I am currently reading Oksendale's SDE and got confused at one equation involving a change of variable.
Here is the equation (with $\{X_t\}$ is Ito diffusion and $X_{t}^{s,x}$ is a Ito diffusion solution to the initial value problem with initial time $s$ and initial position $x$,)
\begin{align*} X_{s+h}^{s,x}&= x+\int_s^{s+h}b(X_u^{s,x})du+\int_{s}^{s+h}\sigma(X_u^{s,x})dB_u\\ &=x+\int_0^{h}b(X_{s+v}^{s,x})dv+\int_{0}^{h}\sigma(X_{s+v}^{s,x})d\tilde{B}_v \end{align*} which the change of variable $u=s+v$ and where $\tilde{B_{v}}=B_{s+v}-B_s$.
I thought it would be just $dB_v$ instead of $d\tilde{B}_v$ but apparently it seems not. I personally could not find a reference for it. Does anybody know why it is?
This is not a proper answer as it lacks formalism, still you could find it useful in order to understand the intuition! Let me know if it helped you.

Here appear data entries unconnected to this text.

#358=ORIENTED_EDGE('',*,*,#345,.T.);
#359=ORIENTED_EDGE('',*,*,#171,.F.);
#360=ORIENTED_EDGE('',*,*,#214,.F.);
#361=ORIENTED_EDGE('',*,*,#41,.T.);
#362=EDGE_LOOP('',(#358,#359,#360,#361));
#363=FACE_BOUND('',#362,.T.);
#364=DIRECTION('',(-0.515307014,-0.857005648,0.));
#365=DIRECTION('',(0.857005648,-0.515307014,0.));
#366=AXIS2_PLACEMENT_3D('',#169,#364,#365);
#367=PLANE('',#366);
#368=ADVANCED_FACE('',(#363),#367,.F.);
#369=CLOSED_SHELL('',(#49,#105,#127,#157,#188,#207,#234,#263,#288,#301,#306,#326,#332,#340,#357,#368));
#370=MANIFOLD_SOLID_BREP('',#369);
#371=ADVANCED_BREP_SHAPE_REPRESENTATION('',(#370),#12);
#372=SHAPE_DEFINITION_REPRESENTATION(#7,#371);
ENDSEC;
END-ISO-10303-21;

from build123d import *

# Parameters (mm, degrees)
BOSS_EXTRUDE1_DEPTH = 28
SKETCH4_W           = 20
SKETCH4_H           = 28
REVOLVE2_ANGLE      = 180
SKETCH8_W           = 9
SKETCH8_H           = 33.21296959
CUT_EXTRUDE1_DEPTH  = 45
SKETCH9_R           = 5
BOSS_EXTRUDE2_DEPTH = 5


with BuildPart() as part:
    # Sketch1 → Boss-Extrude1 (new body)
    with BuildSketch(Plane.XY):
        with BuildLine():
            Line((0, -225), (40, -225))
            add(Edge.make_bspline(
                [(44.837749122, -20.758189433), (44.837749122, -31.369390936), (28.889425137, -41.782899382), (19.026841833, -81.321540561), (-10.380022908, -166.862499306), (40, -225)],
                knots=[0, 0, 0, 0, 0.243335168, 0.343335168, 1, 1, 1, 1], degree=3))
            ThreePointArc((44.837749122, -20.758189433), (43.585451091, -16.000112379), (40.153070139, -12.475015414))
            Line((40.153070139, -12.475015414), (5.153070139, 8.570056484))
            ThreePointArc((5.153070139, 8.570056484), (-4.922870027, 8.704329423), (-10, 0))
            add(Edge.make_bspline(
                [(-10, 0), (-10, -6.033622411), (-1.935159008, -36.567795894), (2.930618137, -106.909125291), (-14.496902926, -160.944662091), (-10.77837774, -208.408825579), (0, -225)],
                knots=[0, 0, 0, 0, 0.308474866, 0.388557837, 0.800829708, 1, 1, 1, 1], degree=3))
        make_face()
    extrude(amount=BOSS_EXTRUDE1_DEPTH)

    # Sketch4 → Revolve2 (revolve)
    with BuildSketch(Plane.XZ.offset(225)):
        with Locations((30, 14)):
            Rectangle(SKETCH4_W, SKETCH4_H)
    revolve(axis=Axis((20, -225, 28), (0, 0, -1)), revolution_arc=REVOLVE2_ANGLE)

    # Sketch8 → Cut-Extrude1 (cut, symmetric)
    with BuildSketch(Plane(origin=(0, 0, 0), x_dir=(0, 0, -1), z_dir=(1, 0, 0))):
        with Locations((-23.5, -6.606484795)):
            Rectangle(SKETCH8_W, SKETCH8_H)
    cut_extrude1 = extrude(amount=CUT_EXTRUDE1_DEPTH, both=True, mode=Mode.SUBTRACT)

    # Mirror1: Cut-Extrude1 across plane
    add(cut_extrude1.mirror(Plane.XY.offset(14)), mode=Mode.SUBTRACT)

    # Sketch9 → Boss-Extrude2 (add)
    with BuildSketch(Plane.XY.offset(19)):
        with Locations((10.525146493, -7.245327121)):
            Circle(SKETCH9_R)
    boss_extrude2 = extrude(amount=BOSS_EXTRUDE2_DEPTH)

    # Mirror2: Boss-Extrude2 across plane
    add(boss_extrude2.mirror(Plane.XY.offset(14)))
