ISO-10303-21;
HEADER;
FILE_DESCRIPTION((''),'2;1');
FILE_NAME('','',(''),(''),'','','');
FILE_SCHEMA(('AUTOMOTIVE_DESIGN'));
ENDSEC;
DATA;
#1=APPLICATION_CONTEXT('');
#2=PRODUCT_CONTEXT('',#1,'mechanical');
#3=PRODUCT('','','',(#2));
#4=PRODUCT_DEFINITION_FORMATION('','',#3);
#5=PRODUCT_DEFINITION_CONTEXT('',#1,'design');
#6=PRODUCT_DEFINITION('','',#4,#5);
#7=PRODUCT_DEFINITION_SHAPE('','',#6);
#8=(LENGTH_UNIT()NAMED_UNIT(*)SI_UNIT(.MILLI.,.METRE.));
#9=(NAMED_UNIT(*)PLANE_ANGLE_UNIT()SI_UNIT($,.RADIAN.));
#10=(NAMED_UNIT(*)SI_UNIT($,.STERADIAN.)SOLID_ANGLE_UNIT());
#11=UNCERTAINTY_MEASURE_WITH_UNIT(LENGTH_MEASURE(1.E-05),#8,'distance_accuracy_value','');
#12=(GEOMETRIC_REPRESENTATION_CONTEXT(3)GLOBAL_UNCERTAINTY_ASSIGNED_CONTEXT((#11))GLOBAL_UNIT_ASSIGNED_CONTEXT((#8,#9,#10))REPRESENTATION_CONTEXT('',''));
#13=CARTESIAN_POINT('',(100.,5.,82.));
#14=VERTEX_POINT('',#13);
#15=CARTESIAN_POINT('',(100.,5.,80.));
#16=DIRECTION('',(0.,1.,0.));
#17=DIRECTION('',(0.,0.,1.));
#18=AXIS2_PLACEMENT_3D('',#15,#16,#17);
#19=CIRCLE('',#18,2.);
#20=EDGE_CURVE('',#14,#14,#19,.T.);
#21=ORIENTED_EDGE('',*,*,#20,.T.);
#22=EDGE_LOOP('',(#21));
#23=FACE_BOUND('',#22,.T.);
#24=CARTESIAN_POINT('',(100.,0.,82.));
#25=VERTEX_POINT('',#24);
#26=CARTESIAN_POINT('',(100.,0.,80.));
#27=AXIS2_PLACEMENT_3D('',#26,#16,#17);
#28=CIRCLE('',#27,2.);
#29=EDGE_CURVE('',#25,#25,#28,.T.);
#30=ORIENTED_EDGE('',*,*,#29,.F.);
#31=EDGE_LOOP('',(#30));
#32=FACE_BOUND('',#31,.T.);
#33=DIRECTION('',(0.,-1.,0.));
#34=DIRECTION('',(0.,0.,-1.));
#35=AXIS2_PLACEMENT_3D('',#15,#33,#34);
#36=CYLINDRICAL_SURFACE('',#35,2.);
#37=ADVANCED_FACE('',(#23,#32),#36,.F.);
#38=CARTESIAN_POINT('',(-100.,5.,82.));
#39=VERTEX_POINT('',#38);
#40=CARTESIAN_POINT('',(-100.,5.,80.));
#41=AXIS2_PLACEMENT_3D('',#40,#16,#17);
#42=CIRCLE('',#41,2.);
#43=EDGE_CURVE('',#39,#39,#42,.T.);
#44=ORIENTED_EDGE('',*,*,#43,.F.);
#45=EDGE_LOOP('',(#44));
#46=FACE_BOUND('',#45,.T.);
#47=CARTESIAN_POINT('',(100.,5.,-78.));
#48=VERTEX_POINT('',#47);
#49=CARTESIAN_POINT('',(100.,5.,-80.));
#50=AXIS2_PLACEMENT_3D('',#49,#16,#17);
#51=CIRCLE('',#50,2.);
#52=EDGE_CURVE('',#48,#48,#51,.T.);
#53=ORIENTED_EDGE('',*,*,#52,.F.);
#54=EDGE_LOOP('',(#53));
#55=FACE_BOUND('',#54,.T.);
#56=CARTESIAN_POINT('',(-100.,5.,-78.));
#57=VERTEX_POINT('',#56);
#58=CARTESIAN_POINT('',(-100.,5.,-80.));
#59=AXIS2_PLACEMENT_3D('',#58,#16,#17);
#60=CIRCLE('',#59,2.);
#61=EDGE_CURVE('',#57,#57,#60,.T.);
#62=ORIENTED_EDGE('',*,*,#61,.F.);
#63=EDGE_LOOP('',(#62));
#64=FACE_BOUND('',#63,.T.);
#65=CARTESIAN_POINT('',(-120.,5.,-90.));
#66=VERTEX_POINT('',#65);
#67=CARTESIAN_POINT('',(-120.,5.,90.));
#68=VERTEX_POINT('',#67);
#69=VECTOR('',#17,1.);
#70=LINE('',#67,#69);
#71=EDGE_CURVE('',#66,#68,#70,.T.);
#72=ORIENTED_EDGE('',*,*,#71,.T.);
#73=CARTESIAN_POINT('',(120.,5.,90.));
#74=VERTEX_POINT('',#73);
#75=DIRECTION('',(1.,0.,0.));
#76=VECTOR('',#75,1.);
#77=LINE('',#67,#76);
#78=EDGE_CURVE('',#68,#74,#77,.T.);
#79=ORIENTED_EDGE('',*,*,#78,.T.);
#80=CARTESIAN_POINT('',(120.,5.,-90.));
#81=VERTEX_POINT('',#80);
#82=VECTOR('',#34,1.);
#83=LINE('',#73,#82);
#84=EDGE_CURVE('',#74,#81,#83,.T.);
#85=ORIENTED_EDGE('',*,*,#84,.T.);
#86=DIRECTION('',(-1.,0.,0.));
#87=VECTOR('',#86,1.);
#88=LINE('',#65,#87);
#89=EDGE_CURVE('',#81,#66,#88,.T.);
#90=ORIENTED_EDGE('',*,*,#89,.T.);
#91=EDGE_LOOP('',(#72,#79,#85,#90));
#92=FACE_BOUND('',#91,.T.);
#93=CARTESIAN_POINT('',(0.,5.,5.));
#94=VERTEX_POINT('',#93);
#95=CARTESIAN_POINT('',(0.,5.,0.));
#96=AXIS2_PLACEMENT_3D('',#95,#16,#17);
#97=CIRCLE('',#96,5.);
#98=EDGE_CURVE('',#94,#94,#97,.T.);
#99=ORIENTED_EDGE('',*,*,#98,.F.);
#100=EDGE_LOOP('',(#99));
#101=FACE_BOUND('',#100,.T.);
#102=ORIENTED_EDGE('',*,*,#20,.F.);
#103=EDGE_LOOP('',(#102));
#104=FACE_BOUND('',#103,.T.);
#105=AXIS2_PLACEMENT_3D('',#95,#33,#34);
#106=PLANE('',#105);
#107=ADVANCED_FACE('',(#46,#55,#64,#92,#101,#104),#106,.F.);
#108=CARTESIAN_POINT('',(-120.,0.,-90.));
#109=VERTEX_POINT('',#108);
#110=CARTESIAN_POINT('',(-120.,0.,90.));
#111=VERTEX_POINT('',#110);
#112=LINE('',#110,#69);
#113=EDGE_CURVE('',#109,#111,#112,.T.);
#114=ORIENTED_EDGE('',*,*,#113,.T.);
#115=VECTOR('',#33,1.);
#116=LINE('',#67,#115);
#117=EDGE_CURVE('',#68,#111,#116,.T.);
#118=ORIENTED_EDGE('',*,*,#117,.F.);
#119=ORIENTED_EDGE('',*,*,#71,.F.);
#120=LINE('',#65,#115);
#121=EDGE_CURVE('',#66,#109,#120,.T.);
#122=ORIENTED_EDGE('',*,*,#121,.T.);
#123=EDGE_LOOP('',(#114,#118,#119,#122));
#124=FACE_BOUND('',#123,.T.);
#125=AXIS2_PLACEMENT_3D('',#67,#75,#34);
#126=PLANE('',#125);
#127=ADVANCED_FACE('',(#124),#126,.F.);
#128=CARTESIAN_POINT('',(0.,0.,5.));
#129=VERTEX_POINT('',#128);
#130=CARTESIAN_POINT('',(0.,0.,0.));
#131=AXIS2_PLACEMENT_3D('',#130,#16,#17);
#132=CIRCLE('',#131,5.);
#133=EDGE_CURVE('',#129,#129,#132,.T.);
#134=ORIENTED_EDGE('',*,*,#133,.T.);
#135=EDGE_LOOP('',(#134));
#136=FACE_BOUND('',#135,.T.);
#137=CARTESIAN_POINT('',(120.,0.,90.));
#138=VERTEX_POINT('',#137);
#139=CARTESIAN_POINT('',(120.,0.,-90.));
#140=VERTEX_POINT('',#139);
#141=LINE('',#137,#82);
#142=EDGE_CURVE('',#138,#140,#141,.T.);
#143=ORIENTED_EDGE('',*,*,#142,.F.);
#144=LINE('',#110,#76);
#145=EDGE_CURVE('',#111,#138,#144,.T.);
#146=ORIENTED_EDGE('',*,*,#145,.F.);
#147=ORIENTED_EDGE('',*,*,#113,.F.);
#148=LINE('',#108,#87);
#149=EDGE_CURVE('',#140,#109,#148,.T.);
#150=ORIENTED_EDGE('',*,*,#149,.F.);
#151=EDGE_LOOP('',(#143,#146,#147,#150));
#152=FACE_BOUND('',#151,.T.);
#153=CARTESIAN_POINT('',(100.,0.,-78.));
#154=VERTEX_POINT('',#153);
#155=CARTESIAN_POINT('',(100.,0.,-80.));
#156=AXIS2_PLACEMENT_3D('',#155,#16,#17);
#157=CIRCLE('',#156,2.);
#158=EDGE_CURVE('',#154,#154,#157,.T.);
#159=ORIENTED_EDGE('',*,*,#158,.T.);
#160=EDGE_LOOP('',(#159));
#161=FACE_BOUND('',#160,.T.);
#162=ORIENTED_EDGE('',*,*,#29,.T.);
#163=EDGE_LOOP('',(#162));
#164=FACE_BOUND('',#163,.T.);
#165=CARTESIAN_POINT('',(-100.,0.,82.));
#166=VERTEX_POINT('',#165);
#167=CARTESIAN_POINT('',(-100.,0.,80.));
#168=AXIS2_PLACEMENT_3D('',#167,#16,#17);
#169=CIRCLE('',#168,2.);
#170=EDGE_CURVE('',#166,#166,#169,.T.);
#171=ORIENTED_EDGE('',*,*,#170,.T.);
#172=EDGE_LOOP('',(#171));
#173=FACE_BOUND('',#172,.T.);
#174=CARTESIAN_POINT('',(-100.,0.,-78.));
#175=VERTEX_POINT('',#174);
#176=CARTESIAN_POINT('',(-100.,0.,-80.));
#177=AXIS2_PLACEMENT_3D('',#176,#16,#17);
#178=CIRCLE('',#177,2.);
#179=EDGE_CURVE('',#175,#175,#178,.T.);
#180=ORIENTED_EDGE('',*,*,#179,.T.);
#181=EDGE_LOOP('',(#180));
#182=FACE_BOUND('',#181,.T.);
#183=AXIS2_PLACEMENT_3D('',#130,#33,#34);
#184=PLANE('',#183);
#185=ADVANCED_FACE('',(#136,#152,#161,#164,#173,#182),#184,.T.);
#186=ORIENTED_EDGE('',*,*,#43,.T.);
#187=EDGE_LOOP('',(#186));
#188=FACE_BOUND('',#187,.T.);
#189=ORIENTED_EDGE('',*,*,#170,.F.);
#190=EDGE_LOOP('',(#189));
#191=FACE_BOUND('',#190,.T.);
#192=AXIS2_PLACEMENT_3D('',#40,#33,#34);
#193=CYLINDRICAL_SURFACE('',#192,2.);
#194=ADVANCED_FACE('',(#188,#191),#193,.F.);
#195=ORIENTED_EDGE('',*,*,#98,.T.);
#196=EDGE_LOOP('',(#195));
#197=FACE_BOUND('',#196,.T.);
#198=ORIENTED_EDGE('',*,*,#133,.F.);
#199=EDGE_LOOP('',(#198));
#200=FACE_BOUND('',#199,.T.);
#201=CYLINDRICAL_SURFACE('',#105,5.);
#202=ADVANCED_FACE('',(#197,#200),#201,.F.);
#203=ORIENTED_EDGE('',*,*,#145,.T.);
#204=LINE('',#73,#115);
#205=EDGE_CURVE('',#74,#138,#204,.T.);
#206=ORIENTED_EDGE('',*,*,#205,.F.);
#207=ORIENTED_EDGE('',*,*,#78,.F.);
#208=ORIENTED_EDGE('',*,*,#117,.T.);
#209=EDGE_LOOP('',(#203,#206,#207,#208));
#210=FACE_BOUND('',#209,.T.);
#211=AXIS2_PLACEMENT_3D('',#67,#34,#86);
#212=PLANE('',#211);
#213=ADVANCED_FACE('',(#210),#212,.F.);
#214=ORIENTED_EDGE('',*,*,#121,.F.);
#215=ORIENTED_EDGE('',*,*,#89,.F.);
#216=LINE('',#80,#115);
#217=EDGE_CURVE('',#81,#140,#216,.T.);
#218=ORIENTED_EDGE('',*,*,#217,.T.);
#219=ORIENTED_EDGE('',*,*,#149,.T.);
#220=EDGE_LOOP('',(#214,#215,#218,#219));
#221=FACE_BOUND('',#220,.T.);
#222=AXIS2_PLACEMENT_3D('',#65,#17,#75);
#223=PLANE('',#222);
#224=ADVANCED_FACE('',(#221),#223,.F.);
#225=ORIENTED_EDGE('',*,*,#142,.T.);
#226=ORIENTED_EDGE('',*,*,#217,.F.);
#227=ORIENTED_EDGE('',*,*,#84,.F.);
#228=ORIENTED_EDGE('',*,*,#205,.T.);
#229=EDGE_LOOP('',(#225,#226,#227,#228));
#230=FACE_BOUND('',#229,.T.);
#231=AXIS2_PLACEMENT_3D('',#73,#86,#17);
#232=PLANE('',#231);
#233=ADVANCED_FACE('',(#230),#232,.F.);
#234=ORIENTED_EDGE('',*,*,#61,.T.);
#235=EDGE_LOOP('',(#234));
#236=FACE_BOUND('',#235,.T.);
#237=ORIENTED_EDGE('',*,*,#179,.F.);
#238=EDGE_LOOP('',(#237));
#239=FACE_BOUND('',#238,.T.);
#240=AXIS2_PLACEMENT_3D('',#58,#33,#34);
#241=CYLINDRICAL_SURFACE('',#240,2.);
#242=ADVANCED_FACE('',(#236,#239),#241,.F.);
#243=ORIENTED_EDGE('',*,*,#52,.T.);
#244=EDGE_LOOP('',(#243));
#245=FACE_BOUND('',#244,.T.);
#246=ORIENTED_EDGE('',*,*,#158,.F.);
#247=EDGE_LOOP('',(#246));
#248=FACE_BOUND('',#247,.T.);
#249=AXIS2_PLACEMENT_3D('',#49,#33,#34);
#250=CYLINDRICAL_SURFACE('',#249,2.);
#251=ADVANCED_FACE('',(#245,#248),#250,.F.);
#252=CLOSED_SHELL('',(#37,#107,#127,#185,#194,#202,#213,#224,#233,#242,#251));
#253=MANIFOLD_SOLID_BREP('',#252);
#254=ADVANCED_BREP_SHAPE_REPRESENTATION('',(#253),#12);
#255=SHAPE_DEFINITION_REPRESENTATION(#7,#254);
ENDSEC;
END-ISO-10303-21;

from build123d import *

# Parameters (mm, degrees)
SKETCH1_W           = 240
SKETCH1_H           = 180
SKETCH1_R           = 2
SKETCH1_R_2         = 5
BOSS_EXTRUDE1_DEPTH = 5


with BuildPart() as part:
    # Sketch1 → Boss-Extrude1 (new body)
    with BuildSketch(Plane(origin=(0, 0, 0), x_dir=(1, 0, 0), z_dir=(0, 1, 0))):
        Rectangle(SKETCH1_W, SKETCH1_H)
        with Locations(Location((-100, 80, 0), (0, 0, 270))):
            Circle(SKETCH1_R, mode=Mode.SUBTRACT)
        with Locations(Location((100, 80, 0), (0, 0, 270))):
            Circle(SKETCH1_R, mode=Mode.SUBTRACT)
        with Locations(Location((100, -80, 0), (0, 0, 270))):
            Circle(SKETCH1_R, mode=Mode.SUBTRACT)
        with Locations(Location((-100, -80, 0), (0, 0, 270))):
            Circle(SKETCH1_R, mode=Mode.SUBTRACT)
        with Locations(Location((0, 0, 0), (0, 0, 270))):
            Circle(SKETCH1_R_2, mode=Mode.SUBTRACT)
    extrude(amount=BOSS_EXTRUDE1_DEPTH)


solid = part.part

$$\int_{s}^{s+h}\sigma(X_u^{s,x})dB_u$$ In the original stochastic integral you can see that the variable $u$ ranges from $s$ to $s+h$, hence your integrator ranges from $B_s$ to $B_{s+h}$.

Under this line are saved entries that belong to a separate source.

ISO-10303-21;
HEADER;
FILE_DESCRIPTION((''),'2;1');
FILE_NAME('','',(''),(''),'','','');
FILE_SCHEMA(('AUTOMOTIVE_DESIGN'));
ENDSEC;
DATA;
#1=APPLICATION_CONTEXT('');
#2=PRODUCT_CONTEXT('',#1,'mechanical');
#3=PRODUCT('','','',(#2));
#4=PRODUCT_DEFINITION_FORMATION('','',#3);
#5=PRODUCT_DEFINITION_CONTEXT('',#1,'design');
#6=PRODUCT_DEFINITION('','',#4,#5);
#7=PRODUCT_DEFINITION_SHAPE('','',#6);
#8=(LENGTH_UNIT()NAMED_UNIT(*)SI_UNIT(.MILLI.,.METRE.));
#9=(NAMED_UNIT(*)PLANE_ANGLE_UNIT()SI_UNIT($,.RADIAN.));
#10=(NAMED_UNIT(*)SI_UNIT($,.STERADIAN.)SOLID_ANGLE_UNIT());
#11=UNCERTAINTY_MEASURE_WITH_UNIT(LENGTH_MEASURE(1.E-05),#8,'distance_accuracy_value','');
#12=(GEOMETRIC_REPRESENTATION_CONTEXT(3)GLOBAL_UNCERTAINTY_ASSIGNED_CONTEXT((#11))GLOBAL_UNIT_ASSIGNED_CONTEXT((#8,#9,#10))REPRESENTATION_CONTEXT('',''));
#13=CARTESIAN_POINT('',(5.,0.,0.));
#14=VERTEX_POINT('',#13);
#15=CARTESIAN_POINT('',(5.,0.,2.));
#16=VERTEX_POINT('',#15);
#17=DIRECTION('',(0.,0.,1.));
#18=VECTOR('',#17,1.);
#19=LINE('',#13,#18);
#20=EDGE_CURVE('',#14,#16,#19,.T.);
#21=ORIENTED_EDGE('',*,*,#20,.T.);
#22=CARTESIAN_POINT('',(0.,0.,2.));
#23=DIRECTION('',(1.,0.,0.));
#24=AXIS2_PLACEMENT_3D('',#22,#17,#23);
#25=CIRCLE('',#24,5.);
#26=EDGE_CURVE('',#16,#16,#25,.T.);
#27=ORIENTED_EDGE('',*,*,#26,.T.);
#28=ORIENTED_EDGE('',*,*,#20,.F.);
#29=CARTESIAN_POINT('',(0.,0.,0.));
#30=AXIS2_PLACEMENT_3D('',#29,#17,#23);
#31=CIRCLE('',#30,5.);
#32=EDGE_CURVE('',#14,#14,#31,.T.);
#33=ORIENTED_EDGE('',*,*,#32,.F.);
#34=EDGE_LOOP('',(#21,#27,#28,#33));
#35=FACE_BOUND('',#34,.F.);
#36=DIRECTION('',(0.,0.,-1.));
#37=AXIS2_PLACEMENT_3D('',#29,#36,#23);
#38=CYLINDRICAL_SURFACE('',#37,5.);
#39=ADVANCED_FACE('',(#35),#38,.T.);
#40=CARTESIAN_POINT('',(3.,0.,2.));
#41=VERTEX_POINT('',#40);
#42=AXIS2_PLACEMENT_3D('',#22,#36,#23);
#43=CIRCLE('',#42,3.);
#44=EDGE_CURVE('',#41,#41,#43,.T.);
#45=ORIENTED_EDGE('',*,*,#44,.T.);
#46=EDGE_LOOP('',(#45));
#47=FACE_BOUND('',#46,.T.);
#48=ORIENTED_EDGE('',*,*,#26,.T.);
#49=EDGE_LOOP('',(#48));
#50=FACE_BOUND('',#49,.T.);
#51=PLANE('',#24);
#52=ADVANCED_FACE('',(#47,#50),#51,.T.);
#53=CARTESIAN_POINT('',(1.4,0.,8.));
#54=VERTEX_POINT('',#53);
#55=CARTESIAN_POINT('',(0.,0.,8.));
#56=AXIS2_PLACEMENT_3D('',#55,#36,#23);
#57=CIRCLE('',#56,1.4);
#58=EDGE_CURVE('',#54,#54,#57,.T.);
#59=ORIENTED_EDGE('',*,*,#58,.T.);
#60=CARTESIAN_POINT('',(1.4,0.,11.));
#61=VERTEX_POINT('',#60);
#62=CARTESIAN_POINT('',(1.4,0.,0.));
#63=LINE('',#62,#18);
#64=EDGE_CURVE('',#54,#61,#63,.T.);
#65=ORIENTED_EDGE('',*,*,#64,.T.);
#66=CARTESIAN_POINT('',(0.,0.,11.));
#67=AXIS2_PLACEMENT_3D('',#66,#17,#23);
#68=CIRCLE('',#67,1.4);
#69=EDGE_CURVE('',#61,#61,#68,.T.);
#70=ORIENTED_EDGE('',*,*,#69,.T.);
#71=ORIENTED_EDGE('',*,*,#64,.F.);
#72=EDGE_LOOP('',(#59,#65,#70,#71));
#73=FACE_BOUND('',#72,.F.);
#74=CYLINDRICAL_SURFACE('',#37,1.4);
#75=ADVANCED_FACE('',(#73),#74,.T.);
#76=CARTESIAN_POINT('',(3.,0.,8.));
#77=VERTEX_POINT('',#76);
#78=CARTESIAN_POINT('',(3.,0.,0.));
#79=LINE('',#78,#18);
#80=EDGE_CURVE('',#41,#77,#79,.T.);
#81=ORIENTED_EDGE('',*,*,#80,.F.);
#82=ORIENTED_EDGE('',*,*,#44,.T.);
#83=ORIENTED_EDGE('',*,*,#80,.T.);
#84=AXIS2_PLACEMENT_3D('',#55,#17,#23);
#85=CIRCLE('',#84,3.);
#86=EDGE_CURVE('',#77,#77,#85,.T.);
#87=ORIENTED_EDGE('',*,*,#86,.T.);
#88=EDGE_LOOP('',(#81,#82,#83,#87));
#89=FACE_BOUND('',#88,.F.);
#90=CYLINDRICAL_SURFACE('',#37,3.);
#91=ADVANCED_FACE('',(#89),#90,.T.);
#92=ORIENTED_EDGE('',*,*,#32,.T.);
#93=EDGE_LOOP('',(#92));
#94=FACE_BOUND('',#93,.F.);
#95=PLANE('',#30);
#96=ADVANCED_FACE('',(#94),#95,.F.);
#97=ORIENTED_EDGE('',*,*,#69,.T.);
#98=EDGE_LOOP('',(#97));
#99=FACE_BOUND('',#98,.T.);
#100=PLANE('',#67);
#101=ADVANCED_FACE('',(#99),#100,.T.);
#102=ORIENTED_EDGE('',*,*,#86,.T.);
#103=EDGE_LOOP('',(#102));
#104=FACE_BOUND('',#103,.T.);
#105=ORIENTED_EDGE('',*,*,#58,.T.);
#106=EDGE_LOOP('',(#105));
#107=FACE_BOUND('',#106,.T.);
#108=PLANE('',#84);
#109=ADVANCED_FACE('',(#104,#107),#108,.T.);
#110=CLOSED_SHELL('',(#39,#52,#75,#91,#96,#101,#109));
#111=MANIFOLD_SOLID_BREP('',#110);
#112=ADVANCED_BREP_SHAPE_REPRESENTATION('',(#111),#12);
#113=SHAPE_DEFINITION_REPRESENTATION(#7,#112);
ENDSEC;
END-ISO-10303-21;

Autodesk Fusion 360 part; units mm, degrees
sketch "Sketch1" plane through (0, 0, 0) normal (0, 0, 1) x (1, 0, 0)
  circle A0 centre (0, 0) radius 5
  circle A1 centre (0, 0) radius 3
  circle A2 centre (0, 0) radius 1.4
  dimension "d1" = 10
  dimension "d2" = 6
  dimension "d3" = 2.8
extrude "Extrude1" add sketch "Sketch1" along normal blind 2 contours A0 | A1 | A2
extrude "Extrude2" add sketch "Sketch1" along normal blind 8 contours A1 | A2
extrude "Extrude3" add sketch "Sketch1" along normal blind 11 contours A2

If you do as you proposed, without changing the Brownian motion you would obtain the following:
$$\int_{0}^{h}\sigma(X_{s+v}^{s,x})d{B}_v$$
Notice that in this expression the variable $v$ ranges from $0$ to $h$ and hence your integrator ranges from $B_0=0$ to $B_h$. You can see that this is not the same as before, simply because you are integrating your function against a different portion of the sample path of the BM.
Hence in order to keep things equal you need your integrator to range from $B_s$ to $B_{s+h}$, and you achieve it by building a new Brownian motion, $\tilde{B}_v=B_{s+v}-B_s$.
Hence your new integrator ranges from $B_s-B_s$ to $B_{s+h}-B_s$. (You still have this "minus" $B_s$ but as a matter of fact the integral gives you the same result as if you consider $B_{s+v}$ alone, the fact is that if you define $\tilde{B}_v=B_{s+v}$ then it is not a Brownian motion since $P(\tilde{B}_0=0)\neq 1$).)